**Problem to solve:** The lines below are to be quoted exactly, from the first through the one that contains "v 3.431 1.71 7.84".

───── Data extracts

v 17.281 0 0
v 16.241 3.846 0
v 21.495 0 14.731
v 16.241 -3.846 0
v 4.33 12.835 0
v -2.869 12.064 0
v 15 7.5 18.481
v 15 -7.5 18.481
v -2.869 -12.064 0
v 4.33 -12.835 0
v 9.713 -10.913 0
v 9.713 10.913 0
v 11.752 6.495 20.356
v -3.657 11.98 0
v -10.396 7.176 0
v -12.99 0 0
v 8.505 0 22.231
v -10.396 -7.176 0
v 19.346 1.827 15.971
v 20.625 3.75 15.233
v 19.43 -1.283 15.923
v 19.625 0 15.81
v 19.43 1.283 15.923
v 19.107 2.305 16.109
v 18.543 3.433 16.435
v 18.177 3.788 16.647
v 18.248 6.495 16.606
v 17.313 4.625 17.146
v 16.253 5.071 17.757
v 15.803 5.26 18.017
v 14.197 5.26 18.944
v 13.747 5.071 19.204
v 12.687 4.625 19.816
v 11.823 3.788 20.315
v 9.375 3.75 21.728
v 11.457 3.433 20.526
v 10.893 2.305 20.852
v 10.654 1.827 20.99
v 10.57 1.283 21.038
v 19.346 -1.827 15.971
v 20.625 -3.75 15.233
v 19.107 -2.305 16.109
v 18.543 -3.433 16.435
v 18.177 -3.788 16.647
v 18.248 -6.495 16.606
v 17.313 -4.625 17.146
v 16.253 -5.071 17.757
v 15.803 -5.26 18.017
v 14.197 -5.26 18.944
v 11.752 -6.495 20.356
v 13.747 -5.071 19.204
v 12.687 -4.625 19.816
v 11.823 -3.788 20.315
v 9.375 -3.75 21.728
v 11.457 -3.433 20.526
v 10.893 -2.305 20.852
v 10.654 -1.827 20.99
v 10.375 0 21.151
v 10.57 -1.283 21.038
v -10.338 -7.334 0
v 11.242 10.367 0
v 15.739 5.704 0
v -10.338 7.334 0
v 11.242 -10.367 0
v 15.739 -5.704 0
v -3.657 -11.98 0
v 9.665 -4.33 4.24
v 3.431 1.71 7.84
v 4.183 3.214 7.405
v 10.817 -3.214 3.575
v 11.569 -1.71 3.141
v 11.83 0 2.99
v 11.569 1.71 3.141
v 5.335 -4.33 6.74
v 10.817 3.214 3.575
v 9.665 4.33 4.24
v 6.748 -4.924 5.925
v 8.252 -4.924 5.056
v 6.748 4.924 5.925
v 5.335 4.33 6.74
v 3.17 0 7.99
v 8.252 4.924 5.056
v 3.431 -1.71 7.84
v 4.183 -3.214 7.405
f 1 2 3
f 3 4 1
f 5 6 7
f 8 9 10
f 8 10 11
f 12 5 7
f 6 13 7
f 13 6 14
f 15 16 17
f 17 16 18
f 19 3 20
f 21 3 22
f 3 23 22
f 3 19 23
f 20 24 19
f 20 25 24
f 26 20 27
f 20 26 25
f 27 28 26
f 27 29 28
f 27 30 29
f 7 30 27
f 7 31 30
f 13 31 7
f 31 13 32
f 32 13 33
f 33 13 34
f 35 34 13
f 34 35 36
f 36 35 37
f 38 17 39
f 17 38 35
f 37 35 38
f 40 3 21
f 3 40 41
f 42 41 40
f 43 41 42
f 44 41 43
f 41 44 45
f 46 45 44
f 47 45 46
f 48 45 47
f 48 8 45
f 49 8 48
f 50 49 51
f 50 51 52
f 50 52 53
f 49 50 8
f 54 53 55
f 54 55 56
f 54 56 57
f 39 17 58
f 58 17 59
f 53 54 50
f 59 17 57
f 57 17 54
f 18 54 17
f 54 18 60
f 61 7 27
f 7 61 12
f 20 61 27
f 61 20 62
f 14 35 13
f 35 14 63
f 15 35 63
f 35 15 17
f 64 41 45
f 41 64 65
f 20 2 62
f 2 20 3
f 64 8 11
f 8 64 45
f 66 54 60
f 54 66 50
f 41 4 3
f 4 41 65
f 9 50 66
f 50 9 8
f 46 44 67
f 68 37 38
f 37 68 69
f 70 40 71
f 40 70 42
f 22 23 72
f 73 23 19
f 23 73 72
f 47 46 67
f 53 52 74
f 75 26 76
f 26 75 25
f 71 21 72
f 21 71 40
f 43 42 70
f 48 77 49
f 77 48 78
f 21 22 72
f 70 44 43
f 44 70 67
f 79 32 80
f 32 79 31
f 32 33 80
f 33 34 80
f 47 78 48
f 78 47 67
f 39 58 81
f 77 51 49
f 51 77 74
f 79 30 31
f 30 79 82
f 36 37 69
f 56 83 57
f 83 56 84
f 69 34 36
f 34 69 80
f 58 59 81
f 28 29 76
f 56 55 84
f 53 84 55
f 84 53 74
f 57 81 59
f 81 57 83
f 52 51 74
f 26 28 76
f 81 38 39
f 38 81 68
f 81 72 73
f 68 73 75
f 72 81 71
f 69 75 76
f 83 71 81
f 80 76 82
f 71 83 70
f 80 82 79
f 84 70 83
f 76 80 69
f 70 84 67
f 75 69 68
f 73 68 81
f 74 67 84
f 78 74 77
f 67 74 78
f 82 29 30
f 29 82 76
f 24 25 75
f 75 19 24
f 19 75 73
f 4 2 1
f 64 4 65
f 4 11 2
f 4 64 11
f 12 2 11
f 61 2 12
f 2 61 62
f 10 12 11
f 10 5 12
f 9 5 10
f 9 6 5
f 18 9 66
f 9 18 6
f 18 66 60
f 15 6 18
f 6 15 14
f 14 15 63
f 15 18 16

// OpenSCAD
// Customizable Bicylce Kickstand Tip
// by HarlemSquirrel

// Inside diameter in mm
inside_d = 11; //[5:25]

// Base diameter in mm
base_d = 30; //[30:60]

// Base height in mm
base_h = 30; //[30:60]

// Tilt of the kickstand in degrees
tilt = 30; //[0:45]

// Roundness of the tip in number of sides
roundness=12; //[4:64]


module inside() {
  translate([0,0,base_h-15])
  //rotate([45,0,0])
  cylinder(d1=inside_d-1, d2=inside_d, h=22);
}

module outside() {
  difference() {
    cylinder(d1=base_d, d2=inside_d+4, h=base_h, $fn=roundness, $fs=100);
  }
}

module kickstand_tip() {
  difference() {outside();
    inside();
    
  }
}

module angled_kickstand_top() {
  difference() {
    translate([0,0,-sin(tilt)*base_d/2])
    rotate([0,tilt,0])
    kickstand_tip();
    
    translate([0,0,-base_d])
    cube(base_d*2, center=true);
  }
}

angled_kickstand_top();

──────────

**Answer for this exercise:**
v 17.281 0 0
v 16.241 3.846 0
v 21.495 0 14.731
v 16.241 -3.846 0
v 4.33 12.835 0
v -2.869 12.064 0
v 15 7.5 18.481
v 15 -7.5 18.481
v -2.869 -12.064 0
v 4.33 -12.835 0
v 9.713 -10.913 0
v 9.713 10.913 0
v 11.752 6.495 20.356
v -3.657 11.98 0
v -10.396 7.176 0
v -12.99 0 0
v 8.505 0 22.231
v -10.396 -7.176 0
v 19.346 1.827 15.971
v 20.625 3.75 15.233
v 19.43 -1.283 15.923
v 19.625 0 15.81
v 19.43 1.283 15.923
v 19.107 2.305 16.109
v 18.543 3.433 16.435
v 18.177 3.788 16.647
v 18.248 6.495 16.606
v 17.313 4.625 17.146
v 16.253 5.071 17.757
v 15.803 5.26 18.017
v 14.197 5.26 18.944
v 13.747 5.071 19.204
v 12.687 4.625 19.816
v 11.823 3.788 20.315
v 9.375 3.75 21.728
v 11.457 3.433 20.526
v 10.893 2.305 20.852
v 10.654 1.827 20.99
v 10.57 1.283 21.038
v 19.346 -1.827 15.971
v 20.625 -3.75 15.233
v 19.107 -2.305 16.109
v 18.543 -3.433 16.435
v 18.177 -3.788 16.647
v 18.248 -6.495 16.606
v 17.313 -4.625 17.146
v 16.253 -5.071 17.757
v 15.803 -5.26 18.017
v 14.197 -5.26 18.944
v 11.752 -6.495 20.356
v 13.747 -5.071 19.204
v 12.687 -4.625 19.816
v 11.823 -3.788 20.315
v 9.375 -3.75 21.728
v 11.457 -3.433 20.526
v 10.893 -2.305 20.852
v 10.654 -1.827 20.99
v 10.375 0 21.151
v 10.57 -1.283 21.038
v -10.338 -7.334 0
v 11.242 10.367 0
v 15.739 5.704 0
v -10.338 7.334 0
v 11.242 -10.367 0
v 15.739 -5.704 0
v -3.657 -11.98 0
v 9.665 -4.33 4.24
v 3.431 1.71 7.84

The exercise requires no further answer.